Re: 400 SBC + standard shift

Originally Posted by wesilva
Here's the easiest route if your going 400 and considering a T56 swap. As stated, the 400 is externally balanced unless.....you begin your build with an internally balanced crankshaft from Eagle or Scat. Scat has a very affordable Cast Steel internally balanced 400 crank. Under $250 last I checked. Then you can use the Centerforce T56 flywheel for internally balanced SBC cranks. They can be obtained used on this site and ebay. They are fairly common. These are the least expensive flywheels for a T56 swap involving older 2 piece main seal blocks. An LT-1 flywheel will not work. It's for a one piece main seal block.

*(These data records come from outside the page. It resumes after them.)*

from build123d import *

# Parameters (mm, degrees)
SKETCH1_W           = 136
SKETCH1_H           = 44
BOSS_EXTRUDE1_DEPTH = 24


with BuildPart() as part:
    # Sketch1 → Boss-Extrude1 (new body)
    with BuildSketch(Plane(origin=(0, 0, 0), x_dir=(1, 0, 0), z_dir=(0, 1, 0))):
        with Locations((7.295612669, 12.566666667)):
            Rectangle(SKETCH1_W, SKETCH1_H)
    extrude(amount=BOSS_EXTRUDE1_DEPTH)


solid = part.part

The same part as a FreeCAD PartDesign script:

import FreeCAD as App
import Part
import Sketcher

V = App.Vector
Q = App.Units.Quantity


def add_polygon(sketch, points):
    """Adds a closed chain of lines whose ends are joined by coincident constraints."""
    first, n = sketch.GeometryCount, len(points)
    for a, b in zip(points, points[1:] + points[:1]):
        sketch.addGeometry(Part.LineSegment(App.Vector(*a, 0), App.Vector(*b, 0)), False)
    for i in range(n):
        sketch.addConstraint(Sketcher.Constraint("Coincident", first + i, 2, first + (i + 1) % n, 1))

doc = App.newDocument("Part")
params = doc.addObject("Spreadsheet::Sheet", "Params")
for row, (alias, value) in enumerate([
    ("sketch1_width", "136 mm"),
    ("sketch1_height", "44 mm"),
    ("pad1_length", "24 mm"),
], start=1):
    params.set(f"A{row}", alias)
    params.set(f"B{row}", "=" + value)
    params.setAlias(f"B{row}", alias)

body = doc.addObject("PartDesign::Body", "Body")

sketch1 = body.newObject("Sketcher::SketchObject", "Sketch")
sketch1.AttachmentSupport = (doc.getObject("XZ_Plane"), [""])
sketch1.MapMode = "FlatFace"
add_polygon(sketch1, [(-61, -35), (-61, 9), (75, 9), (75, -35)])
sketch1.addConstraint(Sketcher.Constraint("Vertical", 0))
sketch1.addConstraint(Sketcher.Constraint("Horizontal", 1))
sketch1.addConstraint(Sketcher.Constraint("Vertical", 2))
sketch1.addConstraint(Sketcher.Constraint("Horizontal", 3))
sketch1.addConstraint(Sketcher.Constraint("DistanceX", 1, 1, 1, 2, Q("136 mm")))
sketch1.addConstraint(Sketcher.Constraint("DistanceY", 0, 1, 0, 2, Q("44 mm")))
sketch1.addConstraint(Sketcher.Constraint("DistanceX", 0, 2, -1, 1, Q("60.704387 mm")))
sketch1.addConstraint(Sketcher.Constraint("DistanceY", -1, 1, 0, 2, Q("9.433333 mm")))
sketch1.setExpression("Constraints[8]", "Params.sketch1_width")
sketch1.setExpression("Constraints[9]", "Params.sketch1_height")
pad1 = body.newObject("PartDesign::Pad", "Pad")
pad1.Profile = sketch1
pad1.setExpression("Length", "Params.pad1_length")
pad1.Reversed = True

doc.recompute()
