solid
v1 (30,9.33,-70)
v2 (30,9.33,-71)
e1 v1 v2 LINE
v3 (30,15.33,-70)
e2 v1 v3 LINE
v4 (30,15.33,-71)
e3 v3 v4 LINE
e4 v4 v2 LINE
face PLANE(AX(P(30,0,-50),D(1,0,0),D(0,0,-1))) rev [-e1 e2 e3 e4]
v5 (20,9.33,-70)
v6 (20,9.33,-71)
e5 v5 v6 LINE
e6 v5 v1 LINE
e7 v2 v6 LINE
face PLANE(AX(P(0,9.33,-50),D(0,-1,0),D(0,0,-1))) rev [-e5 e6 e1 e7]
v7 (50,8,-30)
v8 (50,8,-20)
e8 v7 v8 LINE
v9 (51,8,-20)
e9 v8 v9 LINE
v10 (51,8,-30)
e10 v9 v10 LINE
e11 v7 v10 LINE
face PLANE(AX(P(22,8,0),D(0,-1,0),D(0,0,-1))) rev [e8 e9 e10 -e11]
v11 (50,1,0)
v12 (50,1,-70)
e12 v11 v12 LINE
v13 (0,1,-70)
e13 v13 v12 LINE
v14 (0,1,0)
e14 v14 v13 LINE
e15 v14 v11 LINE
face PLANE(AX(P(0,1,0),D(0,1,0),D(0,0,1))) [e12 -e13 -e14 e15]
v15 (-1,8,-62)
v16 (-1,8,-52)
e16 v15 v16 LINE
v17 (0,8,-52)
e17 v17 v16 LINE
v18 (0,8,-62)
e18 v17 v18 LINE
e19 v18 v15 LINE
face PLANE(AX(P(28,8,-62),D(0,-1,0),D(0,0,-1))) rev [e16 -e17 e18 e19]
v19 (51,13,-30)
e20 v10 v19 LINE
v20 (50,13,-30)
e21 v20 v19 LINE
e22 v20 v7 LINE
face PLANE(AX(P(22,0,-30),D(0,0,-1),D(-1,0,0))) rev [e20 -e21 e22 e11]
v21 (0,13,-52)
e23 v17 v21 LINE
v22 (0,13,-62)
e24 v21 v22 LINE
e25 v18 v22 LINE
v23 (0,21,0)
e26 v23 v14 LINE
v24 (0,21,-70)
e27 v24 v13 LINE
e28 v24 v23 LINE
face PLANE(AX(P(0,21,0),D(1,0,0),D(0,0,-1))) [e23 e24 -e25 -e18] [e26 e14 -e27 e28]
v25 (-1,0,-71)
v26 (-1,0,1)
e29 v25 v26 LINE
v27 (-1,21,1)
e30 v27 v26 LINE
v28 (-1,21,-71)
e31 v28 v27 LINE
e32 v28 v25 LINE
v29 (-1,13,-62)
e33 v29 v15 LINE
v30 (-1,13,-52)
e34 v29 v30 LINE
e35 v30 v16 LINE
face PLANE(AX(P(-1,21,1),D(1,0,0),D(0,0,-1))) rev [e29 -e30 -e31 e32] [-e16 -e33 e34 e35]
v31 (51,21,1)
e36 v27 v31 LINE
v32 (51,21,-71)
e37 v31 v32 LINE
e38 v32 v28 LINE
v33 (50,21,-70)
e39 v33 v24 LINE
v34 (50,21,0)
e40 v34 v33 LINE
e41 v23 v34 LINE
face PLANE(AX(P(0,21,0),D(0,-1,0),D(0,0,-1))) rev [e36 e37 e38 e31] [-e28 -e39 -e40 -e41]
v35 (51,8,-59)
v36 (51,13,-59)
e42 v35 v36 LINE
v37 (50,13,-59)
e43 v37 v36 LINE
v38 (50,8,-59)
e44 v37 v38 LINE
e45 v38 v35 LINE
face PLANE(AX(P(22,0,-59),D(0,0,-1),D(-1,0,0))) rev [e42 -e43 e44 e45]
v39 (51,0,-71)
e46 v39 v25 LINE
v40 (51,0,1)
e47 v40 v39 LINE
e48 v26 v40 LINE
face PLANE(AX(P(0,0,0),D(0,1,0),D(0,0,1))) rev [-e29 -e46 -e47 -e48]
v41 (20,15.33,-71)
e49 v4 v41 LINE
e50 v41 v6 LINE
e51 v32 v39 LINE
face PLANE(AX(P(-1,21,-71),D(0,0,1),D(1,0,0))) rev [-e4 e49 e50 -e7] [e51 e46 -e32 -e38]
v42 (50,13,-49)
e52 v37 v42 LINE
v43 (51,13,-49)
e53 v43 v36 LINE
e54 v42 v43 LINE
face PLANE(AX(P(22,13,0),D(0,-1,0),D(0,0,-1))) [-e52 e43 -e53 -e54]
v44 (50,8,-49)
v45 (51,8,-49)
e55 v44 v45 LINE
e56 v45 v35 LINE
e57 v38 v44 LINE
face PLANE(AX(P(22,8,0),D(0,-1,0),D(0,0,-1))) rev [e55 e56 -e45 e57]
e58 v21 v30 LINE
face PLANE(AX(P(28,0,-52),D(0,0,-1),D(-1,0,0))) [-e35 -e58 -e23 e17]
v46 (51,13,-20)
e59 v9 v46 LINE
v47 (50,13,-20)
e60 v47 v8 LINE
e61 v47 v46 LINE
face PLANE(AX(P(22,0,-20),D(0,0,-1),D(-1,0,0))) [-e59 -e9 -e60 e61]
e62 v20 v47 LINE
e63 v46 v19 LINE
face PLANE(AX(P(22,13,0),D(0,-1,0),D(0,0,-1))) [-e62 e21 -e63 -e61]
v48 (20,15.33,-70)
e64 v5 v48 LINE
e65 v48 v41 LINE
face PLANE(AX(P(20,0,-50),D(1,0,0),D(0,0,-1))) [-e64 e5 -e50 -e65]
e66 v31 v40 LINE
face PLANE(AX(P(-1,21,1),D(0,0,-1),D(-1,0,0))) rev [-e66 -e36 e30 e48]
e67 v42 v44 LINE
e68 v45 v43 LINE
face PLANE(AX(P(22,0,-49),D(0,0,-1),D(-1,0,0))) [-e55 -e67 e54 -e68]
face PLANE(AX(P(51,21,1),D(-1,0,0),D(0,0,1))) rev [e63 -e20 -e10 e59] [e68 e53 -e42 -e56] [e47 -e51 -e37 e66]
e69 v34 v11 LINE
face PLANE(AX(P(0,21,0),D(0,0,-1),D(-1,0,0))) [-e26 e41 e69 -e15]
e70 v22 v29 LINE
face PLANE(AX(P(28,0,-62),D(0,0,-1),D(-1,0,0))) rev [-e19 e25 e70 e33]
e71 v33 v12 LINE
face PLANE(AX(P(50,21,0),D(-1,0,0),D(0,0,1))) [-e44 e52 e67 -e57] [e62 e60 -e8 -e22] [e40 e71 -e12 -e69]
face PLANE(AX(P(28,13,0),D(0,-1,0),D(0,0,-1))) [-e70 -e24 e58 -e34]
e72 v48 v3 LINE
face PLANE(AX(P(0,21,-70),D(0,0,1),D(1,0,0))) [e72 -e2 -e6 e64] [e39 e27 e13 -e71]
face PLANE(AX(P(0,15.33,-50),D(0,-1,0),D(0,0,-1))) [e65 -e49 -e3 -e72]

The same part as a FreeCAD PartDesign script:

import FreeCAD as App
import Part
import Sketcher
from FreeCAD import Vector
Q = App.Units.Quantity


def add_polygon(sketch, points):
    """Adds a closed chain of lines whose ends are joined by coincident constraints."""
    first, n = sketch.GeometryCount, len(points)
    for a, b in zip(points, points[1:] + points[:1]):
        sketch.addGeometry(Part.LineSegment(App.Vector(*a, 0), App.Vector(*b, 0)), False)
    for i in range(n):
        sketch.addConstraint(Sketcher.Constraint("Coincident", first + i, 2, first + (i + 1) % n, 1))

doc = App.newDocument("Part")
body = doc.addObject("PartDesign::Body", "Body")

sketch1 = body.newObject("Sketcher::SketchObject", "Sketch")
sketch1.AttachmentSupport = (doc.getObject("XZ_Plane"), [""])
sketch1.MapMode = "FlatFace"
add_polygon(sketch1, [(0, -70), (0, 0), (50, 0), (50, -70)])
sketch1.addConstraint([
    Sketcher.Constraint("Vertical", 0),
    Sketcher.Constraint("Horizontal", 1),
    Sketcher.Constraint("Vertical", 2),
    Sketcher.Constraint("Horizontal", 3),
    Sketcher.Constraint("Coincident", 0, 2, -1, 1),
    Sketcher.Constraint("DistanceX", 1, 1, 1, 2, Q("50 mm")),
    Sketcher.Constraint("DistanceY", 0, 1, 0, 2, Q("70 mm")),
])
pad1 = body.newObject("PartDesign::Pad", "Pad")
pad1.Profile = sketch1
pad1.Length = 1
pad1.Reversed = True

sketch2 = body.newObject("Sketcher::SketchObject", "Sketch001")
sketch2.AttachmentSupport = (doc.getObject("XZ_Plane"), [""])
sketch2.MapMode = "FlatFace"
add_polygon(sketch2, [(-1, -71), (-1, 1), (51, 1), (51, -71)])
add_polygon(sketch2, [(50, 0), (0, 0), (0, -70), (50, -70)])
sketch2.addConstraint([
    Sketcher.Constraint("Vertical", 0),
    Sketcher.Constraint("Horizontal", 1),
    Sketcher.Constraint("Vertical", 2),
    Sketcher.Constraint("Horizontal", 3),
    Sketcher.Constraint("Horizontal", 4),
    Sketcher.Constraint("Vertical", 5),
    Sketcher.Constraint("Horizontal", 6),
    Sketcher.Constraint("Vertical", 7),
    Sketcher.Constraint("Coincident", 4, 2, -1, 1),
    Sketcher.Constraint("DistanceX", 1, 1, 1, 2, Q("52 mm")),
    Sketcher.Constraint("DistanceX", 4, 2, 4, 1, Q("50 mm")),
    Sketcher.Constraint("DistanceY", 0, 1, 0, 2, Q("72 mm")),
    Sketcher.Constraint("DistanceY", 5, 2, 5, 1, Q("70 mm")),
    Sketcher.Constraint("DistanceX", 0, 2, -1, 1, Q("1 mm")),
    Sketcher.Constraint("DistanceY", -1, 1, 0, 2, Q("1 mm")),
])
pad2 = body.newObject("PartDesign::Pad", "Pad001")
pad2.Profile = sketch2
pad2.Length = 21
pad2.Reversed = True

sketch3 = body.newObject("Sketcher::SketchObject", "Sketch002")
sketch3.AttachmentSupport = (doc.getObject("XY_Plane"), [""])
sketch3.MapMode = "FlatFace"
sketch3.AttachmentOffset = App.Placement(Vector(0, 0, -71), App.Rotation())
add_polygon(sketch3, [(30, 15), (30, 9), (20, 9), (20, 15)])
sketch3.addConstraint([
    Sketcher.Constraint("Vertical", 0),
    Sketcher.Constraint("Horizontal", 1),
    Sketcher.Constraint("Vertical", 2),
    Sketcher.Constraint("Horizontal", 3),
    Sketcher.Constraint("DistanceX", 1, 2, 1, 1, Q("10 mm")),
    Sketcher.Constraint("DistanceY", 0, 2, 0, 1, Q("6 mm")),
    Sketcher.Constraint("DistanceX", -1, 1, 0, 2, Q("30 mm")),
    Sketcher.Constraint("DistanceY", -1, 1, 0, 2, Q("9.33 mm")),
])
pocket1 = body.newObject("PartDesign::Pocket", "Pocket")
pocket1.Profile = sketch3
pocket1.Length = 21
pocket1.Reversed = True

sketch4 = body.newObject("Sketcher::SketchObject", "Sketch003")
sketch4.AttachmentSupport = (doc.getObject("YZ_Plane"), [""])
sketch4.MapMode = "FlatFace"
sketch4.AttachmentOffset = App.Placement(Vector(0, 0, 51), App.Rotation())
add_polygon(sketch4, [(8, -20), (8, -30), (13, -30), (13, -20)])
add_polygon(sketch4, [(8, -49), (8, -59), (13, -59), (13, -49)])
sketch4.addConstraint([
    Sketcher.Constraint("Vertical", 0),
    Sketcher.Constraint("Horizontal", 1),
    Sketcher.Constraint("Vertical", 2),
    Sketcher.Constraint("Horizontal", 3),
    Sketcher.Constraint("Vertical", 4),
    Sketcher.Constraint("Horizontal", 5),
    Sketcher.Constraint("Vertical", 6),
    Sketcher.Constraint("Horizontal", 7),
    Sketcher.Constraint("Vertical", 3, 2, 4, 2),
    Sketcher.Constraint("Vertical", 2, 2, 5, 2),
    Sketcher.Constraint("Equal", 2, 4),
    Sketcher.Constraint("DistanceX", 1, 1, 1, 2, Q("5 mm")),
    Sketcher.Constraint("DistanceY", 0, 2, 0, 1, Q("10 mm")),
    Sketcher.Constraint("DistanceX", -1, 1, 0, 2, Q("8 mm")),
    Sketcher.Constraint("DistanceY", 0, 2, -1, 1, Q("30 mm")),
    Sketcher.Constraint("DistanceY", 4, 2, -1, 1, Q("59 mm")),
])
pocket2 = body.newObject("PartDesign::Pocket", "Pocket001")
pocket2.Profile = sketch4
pocket2.Length = 29

sketch5 = body.newObject("Sketcher::SketchObject", "Sketch004")
sketch5.AttachmentSupport = (doc.getObject("YZ_Plane"), [""])
sketch5.MapMode = "FlatFace"
sketch5.AttachmentOffset = App.Placement(Vector(0, 0, -1), App.Rotation())
add_polygon(sketch5, [(13, -62), (8, -62), (8, -52), (13, -52)])
sketch5.addConstraint([
    Sketcher.Constraint("Horizontal", 0),
    Sketcher.Constraint("Vertical", 1),
    Sketcher.Constraint("Horizontal", 2),
    Sketcher.Constraint("Vertical", 3),
    Sketcher.Constraint("DistanceX", 0, 2, 0, 1, Q("5 mm")),
    Sketcher.Constraint("DistanceY", 1, 1, 1, 2, Q("10 mm")),
    Sketcher.Constraint("DistanceX", -1, 1, 0, 2, Q("8 mm")),
    Sketcher.Constraint("DistanceY", 0, 2, -1, 1, Q("62 mm")),
])
pocket3 = body.newObject("PartDesign::Pocket", "Pocket002")
pocket3.Profile = sketch5
pocket3.Length = 29
pocket3.Reversed = True

doc.recompute()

Another affordable route is go 383 using a one piece main seal 350 block as the foundation. Again....use a 383 Eagle or Scat internally balanced crankshaft and then you can use the cheap, easy to find LT1 flywheel.
very true. Besides, an aftermarket crank is a cheap investment for building a solid bottom end. - as for the 383, personally, I like bore size. Increasing bore is a bigger hp boost than increasing stroke. Stroke does more to widen the powerband.

as for the clutch, Pat is right on. That 1/2" of disc isn't much. - as for the trans/flywheel compatibility, that all comes down to the trans that you buy. If you go to an aftermarket T56(not an OE takeout) you can buy one to drop behind a standard sbc flywheel/clutch/bellhousing assembly.

Last edited by Shagwell; Nov 29, 2007 at 01:14 PM.